» Exercise aim: Of the lines listed below, return exactly those that run from the line containing "Line((-62.5, -28.5), (-67.5, -28.5))" through the line containing "(15.621320344, 16.5), align=None)", both included.

Items from a dataset:
▶
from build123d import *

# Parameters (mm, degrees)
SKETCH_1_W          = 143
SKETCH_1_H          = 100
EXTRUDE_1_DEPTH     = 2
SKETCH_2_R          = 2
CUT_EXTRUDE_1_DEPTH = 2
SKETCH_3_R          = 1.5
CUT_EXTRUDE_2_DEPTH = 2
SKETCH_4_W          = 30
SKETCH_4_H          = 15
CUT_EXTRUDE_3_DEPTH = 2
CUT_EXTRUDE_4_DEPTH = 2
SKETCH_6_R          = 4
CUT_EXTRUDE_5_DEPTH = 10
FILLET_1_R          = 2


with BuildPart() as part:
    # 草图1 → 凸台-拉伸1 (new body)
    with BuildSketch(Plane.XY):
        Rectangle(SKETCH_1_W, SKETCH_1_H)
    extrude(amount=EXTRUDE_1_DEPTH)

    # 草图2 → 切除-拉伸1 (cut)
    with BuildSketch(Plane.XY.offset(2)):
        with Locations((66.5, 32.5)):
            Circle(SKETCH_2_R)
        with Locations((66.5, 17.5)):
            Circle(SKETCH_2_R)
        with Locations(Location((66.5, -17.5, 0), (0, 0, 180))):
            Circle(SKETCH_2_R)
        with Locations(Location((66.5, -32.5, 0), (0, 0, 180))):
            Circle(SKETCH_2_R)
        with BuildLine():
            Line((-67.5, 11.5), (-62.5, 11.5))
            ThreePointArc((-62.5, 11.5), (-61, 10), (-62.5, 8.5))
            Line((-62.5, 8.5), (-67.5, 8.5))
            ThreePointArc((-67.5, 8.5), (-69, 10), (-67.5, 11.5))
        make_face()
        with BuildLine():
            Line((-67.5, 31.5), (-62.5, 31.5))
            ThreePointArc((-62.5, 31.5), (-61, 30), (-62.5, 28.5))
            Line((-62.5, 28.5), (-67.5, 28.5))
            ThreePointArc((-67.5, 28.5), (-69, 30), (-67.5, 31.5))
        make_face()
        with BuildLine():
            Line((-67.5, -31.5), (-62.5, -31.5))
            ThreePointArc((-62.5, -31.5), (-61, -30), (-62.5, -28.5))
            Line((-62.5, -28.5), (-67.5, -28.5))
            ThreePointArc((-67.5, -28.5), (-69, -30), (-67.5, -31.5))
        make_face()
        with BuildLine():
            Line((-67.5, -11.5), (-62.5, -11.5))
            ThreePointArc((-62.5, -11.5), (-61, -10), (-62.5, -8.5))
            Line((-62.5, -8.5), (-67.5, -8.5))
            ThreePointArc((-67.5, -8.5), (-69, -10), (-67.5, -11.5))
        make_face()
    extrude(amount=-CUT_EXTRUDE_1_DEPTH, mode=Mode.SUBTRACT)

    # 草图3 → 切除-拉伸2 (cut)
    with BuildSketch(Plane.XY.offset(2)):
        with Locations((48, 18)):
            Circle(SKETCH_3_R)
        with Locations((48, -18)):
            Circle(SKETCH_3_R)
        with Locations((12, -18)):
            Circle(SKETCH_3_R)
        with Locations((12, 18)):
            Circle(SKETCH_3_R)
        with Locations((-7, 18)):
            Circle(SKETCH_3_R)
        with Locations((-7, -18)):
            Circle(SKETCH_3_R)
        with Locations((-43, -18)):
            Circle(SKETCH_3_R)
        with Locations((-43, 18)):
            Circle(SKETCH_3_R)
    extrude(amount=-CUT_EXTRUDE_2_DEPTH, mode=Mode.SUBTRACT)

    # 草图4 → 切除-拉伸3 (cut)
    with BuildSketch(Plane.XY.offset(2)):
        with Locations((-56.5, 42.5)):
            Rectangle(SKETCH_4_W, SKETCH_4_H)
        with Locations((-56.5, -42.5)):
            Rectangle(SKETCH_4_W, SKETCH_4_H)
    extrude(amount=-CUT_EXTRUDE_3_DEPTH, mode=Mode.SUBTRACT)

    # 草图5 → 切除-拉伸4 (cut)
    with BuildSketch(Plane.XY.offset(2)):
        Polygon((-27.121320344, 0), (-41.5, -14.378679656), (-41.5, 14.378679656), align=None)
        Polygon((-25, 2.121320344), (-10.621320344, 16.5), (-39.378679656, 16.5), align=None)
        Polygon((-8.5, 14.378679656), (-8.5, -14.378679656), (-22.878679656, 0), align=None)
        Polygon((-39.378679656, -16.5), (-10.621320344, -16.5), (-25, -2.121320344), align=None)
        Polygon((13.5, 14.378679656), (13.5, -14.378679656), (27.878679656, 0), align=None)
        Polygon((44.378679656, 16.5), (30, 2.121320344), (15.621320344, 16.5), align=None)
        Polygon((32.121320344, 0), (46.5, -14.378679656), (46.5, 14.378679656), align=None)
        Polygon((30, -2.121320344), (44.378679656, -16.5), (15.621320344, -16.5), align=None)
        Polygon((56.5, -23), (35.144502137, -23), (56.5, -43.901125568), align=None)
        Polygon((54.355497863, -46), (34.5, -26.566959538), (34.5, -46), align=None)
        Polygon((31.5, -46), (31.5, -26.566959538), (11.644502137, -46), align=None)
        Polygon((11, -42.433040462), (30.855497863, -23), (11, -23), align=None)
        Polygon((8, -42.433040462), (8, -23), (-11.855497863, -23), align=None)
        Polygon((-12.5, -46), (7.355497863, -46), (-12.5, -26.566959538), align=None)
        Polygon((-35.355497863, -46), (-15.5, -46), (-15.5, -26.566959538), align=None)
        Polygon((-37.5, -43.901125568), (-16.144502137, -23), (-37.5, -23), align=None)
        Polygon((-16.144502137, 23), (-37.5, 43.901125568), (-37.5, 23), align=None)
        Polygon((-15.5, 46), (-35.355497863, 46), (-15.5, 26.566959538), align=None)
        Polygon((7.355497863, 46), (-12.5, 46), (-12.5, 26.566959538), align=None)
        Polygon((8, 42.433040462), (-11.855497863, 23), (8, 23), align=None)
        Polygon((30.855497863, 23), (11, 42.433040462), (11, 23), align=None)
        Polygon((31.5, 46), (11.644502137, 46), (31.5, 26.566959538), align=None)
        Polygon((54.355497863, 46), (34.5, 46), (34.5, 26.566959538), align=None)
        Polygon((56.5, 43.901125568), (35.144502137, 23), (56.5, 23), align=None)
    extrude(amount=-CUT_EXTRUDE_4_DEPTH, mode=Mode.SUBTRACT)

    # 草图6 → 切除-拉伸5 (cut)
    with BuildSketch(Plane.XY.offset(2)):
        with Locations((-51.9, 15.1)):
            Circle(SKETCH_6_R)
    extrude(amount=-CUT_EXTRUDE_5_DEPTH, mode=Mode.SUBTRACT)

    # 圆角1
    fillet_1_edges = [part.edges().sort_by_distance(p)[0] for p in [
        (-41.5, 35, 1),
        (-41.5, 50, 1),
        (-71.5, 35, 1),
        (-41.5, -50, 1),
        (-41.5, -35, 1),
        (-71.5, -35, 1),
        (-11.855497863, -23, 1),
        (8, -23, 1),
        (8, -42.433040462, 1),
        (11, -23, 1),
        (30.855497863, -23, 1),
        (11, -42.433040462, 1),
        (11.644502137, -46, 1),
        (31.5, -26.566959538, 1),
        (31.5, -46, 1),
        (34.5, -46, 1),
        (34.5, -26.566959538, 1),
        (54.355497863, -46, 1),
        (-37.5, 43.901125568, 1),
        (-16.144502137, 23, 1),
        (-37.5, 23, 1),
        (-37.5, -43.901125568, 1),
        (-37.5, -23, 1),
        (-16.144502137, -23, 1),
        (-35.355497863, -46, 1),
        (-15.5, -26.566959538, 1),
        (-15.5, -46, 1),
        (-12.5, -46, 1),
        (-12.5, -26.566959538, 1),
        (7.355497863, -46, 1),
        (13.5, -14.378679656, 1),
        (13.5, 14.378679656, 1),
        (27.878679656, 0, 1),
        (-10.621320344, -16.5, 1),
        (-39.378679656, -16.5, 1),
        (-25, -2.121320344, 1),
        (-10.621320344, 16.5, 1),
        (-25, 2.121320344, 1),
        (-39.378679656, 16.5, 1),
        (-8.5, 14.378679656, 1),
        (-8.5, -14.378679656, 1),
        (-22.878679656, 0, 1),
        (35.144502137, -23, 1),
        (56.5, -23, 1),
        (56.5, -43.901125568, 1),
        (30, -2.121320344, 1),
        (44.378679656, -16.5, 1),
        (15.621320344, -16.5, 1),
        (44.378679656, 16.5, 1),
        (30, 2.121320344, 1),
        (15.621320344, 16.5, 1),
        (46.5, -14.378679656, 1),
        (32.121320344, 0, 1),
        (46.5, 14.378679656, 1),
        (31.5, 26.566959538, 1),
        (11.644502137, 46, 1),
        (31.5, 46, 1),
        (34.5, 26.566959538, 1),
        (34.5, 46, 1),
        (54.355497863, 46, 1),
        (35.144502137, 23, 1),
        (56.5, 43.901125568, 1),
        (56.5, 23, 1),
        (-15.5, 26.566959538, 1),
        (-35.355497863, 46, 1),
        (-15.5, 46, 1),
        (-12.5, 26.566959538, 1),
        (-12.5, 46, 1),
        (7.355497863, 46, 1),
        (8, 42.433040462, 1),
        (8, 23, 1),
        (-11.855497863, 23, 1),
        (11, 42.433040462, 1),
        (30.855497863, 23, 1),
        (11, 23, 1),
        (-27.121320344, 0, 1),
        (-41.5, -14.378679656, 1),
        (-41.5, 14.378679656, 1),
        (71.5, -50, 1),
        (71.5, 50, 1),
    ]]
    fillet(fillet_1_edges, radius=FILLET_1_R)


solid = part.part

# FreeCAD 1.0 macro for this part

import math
import FreeCAD as App
import Part
import Sketcher
Q = App.Units.Quantity


def edges_at(feature, points):
    """Names of the edges that pass closest to the given points."""
    edges = feature.Shape.Edges
    near = lambda p: min(range(len(edges)), key=lambda i: edges[i].distToShape(Part.Vertex(*p))[0])
    return sorted({f"Edge{near(p) + 1}" for p in points})

doc = App.newDocument("Part")
params = doc.addObject("Spreadsheet::Sheet", "Params")
for row, (alias, value) in enumerate([
    ("sketch1_width", "143 mm"),
    ("sketch1_height", "100 mm"),
    ("pad1_length", "2 mm"),
    ("sketch2_diameter", "4 mm"),
    ("sketch2_radius", "1.5 mm"),
    ("sketch2_width", "5 mm"),
    ("pocket1_length", "2 mm"),
    ("sketch3_diameter", "3 mm"),
    ("pocket2_length", "2 mm"),
    ("sketch4_width", "30 mm"),
    ("sketch4_height", "15 mm"),
    ("pocket3_length", "2 mm"),
    ("pocket4_length", "2 mm"),
    ("sketch6_diameter", "8 mm"),
    ("pocket5_length", "10 mm"),
    ("fillet_radius", "2 mm"),
], start=1):
    params.set(f"A{row}", alias)
    params.set(f"B{row}", "=" + value)
    params.setAlias(f"B{row}", alias)

body = doc.addObject("PartDesign::Body", "Body")

sketch1 = body.newObject("Sketcher::SketchObject", "Sketch")
sketch1.AttachmentSupport = (doc.getObject("XY_Plane"), [""])
sketch1.MapMode = "FlatFace"
sketch1.addGeometry([
    Part.LineSegment(App.Vector(-72, 50, 0), App.Vector(-72, -50, 0)),
    Part.LineSegment(App.Vector(-72, -50, 0), App.Vector(72, -50, 0)),
    Part.LineSegment(App.Vector(72, -50, 0), App.Vector(72, 50, 0)),
    Part.LineSegment(App.Vector(72, 50, 0), App.Vector(-72, 50, 0)),
], False)
sketch1.addConstraint([
    Sketcher.Constraint("Coincident", 0, 2, 1, 1),
    Sketcher.Constraint("Coincident", 1, 2, 2, 1),
    Sketcher.Constraint("Coincident", 2, 2, 3, 1),
    Sketcher.Constraint("Coincident", 3, 2, 0, 1),
    Sketcher.Constraint("Vertical", 0),
    Sketcher.Constraint("Horizontal", 1),
    Sketcher.Constraint("Vertical", 2),
    Sketcher.Constraint("Horizontal", 3),
    Sketcher.Constraint("Symmetric", 0, 2, 2, 2, -1, 1),
    Sketcher.Constraint("DistanceX", 1, 1, 1, 2, Q("143 mm")),
    Sketcher.Constraint("DistanceY", 0, 2, 0, 1, Q("100 mm")),
])
sketch1.setExpression("Constraints[9]", "Params.sketch1_width")
sketch1.setExpression("Constraints[10]", "Params.sketch1_height")
pad1 = body.newObject("PartDesign::Pad", "Pad")
pad1.Profile = sketch1
pad1.setExpression("Length", "Params.pad1_length")

sketch2 = body.newObject("Sketcher::SketchObject", "Sketch001")
sketch2.AttachmentSupport = (doc.getObject("XY_Plane"), [""])
sketch2.MapMode = "FlatFace"
sketch2.AttachmentOffset = App.Placement(App.Vector(0, 0, 2), App.Rotation())
sketch2.addGeometry([
    Part.Circle(App.Vector(66.5, 32.5, 0), App.Vector(0, 0, 1), 2),
    Part.Circle(App.Vector(66.5, 17.5, 0), App.Vector(0, 0, 1), 2),
    Part.Circle(App.Vector(66.5, -17.5, 0), App.Vector(0, 0, 1), 2),
    Part.Circle(App.Vector(66.5, -32.5, 0), App.Vector(0, 0, 1), 2),
    Part.LineSegment(App.Vector(-62.5, 11.5, 0), App.Vector(-67.5, 11.5, 0)),
    Part.ArcOfCircle(Part.Circle(App.Vector(-67.5, 10, 0), App.Vector(0, 0, 1), 1.5), math.radians(90), math.radians(270)),
    Part.LineSegment(App.Vector(-67.5, 8.5, 0), App.Vector(-62.5, 8.5, 0)),
    Part.ArcOfCircle(Part.Circle(App.Vector(-62.5, 10, 0), App.Vector(0, 0, 1), 1.5), math.radians(-90), math.radians(90)),
    Part.LineSegment(App.Vector(-62.5, 31.5, 0), App.Vector(-67.5, 31.5, 0)),
    Part.ArcOfCircle(Part.Circle(App.Vector(-67.5, 30, 0), App.Vector(0, 0, 1), 1.5), math.radians(90), math.radians(270)),
    Part.LineSegment(App.Vector(-67.5, 28.5, 0), App.Vector(-62.5, 28.5, 0)),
◀
» Answer to the exercise:
            Line((-62.5, -28.5), (-67.5, -28.5))
            ThreePointArc((-67.5, -28.5), (-69, -30), (-67.5, -31.5))
        make_face()
        with BuildLine():
            Line((-67.5, -11.5), (-62.5, -11.5))
            ThreePointArc((-62.5, -11.5), (-61, -10), (-62.5, -8.5))
            Line((-62.5, -8.5), (-67.5, -8.5))
            ThreePointArc((-67.5, -8.5), (-69, -10), (-67.5, -11.5))
        make_face()
    extrude(amount=-CUT_EXTRUDE_1_DEPTH, mode=Mode.SUBTRACT)

    # 草图3 → 切除-拉伸2 (cut)
    with BuildSketch(Plane.XY.offset(2)):
        with Locations((48, 18)):
            Circle(SKETCH_3_R)
        with Locations((48, -18)):
            Circle(SKETCH_3_R)
        with Locations((12, -18)):
            Circle(SKETCH_3_R)
        with Locations((12, 18)):
            Circle(SKETCH_3_R)
        with Locations((-7, 18)):
            Circle(SKETCH_3_R)
        with Locations((-7, -18)):
            Circle(SKETCH_3_R)
        with Locations((-43, -18)):
            Circle(SKETCH_3_R)
        with Locations((-43, 18)):
            Circle(SKETCH_3_R)
    extrude(amount=-CUT_EXTRUDE_2_DEPTH, mode=Mode.SUBTRACT)

    # 草图4 → 切除-拉伸3 (cut)
    with BuildSketch(Plane.XY.offset(2)):
        with Locations((-56.5, 42.5)):
            Rectangle(SKETCH_4_W, SKETCH_4_H)
        with Locations((-56.5, -42.5)):
            Rectangle(SKETCH_4_W, SKETCH_4_H)
    extrude(amount=-CUT_EXTRUDE_3_DEPTH, mode=Mode.SUBTRACT)

    # 草图5 → 切除-拉伸4 (cut)
    with BuildSketch(Plane.XY.offset(2)):
        Polygon((-27.121320344, 0), (-41.5, -14.378679656), (-41.5, 14.378679656), align=None)
        Polygon((-25, 2.121320344), (-10.621320344, 16.5), (-39.378679656, 16.5), align=None)
        Polygon((-8.5, 14.378679656), (-8.5, -14.378679656), (-22.878679656, 0), align=None)
        Polygon((-39.378679656, -16.5), (-10.621320344, -16.5), (-25, -2.121320344), align=None)
        Polygon((13.5, 14.378679656), (13.5, -14.378679656), (27.878679656, 0), align=None)
        Polygon((44.378679656, 16.5), (30, 2.121320344), (15.621320344, 16.5), align=None)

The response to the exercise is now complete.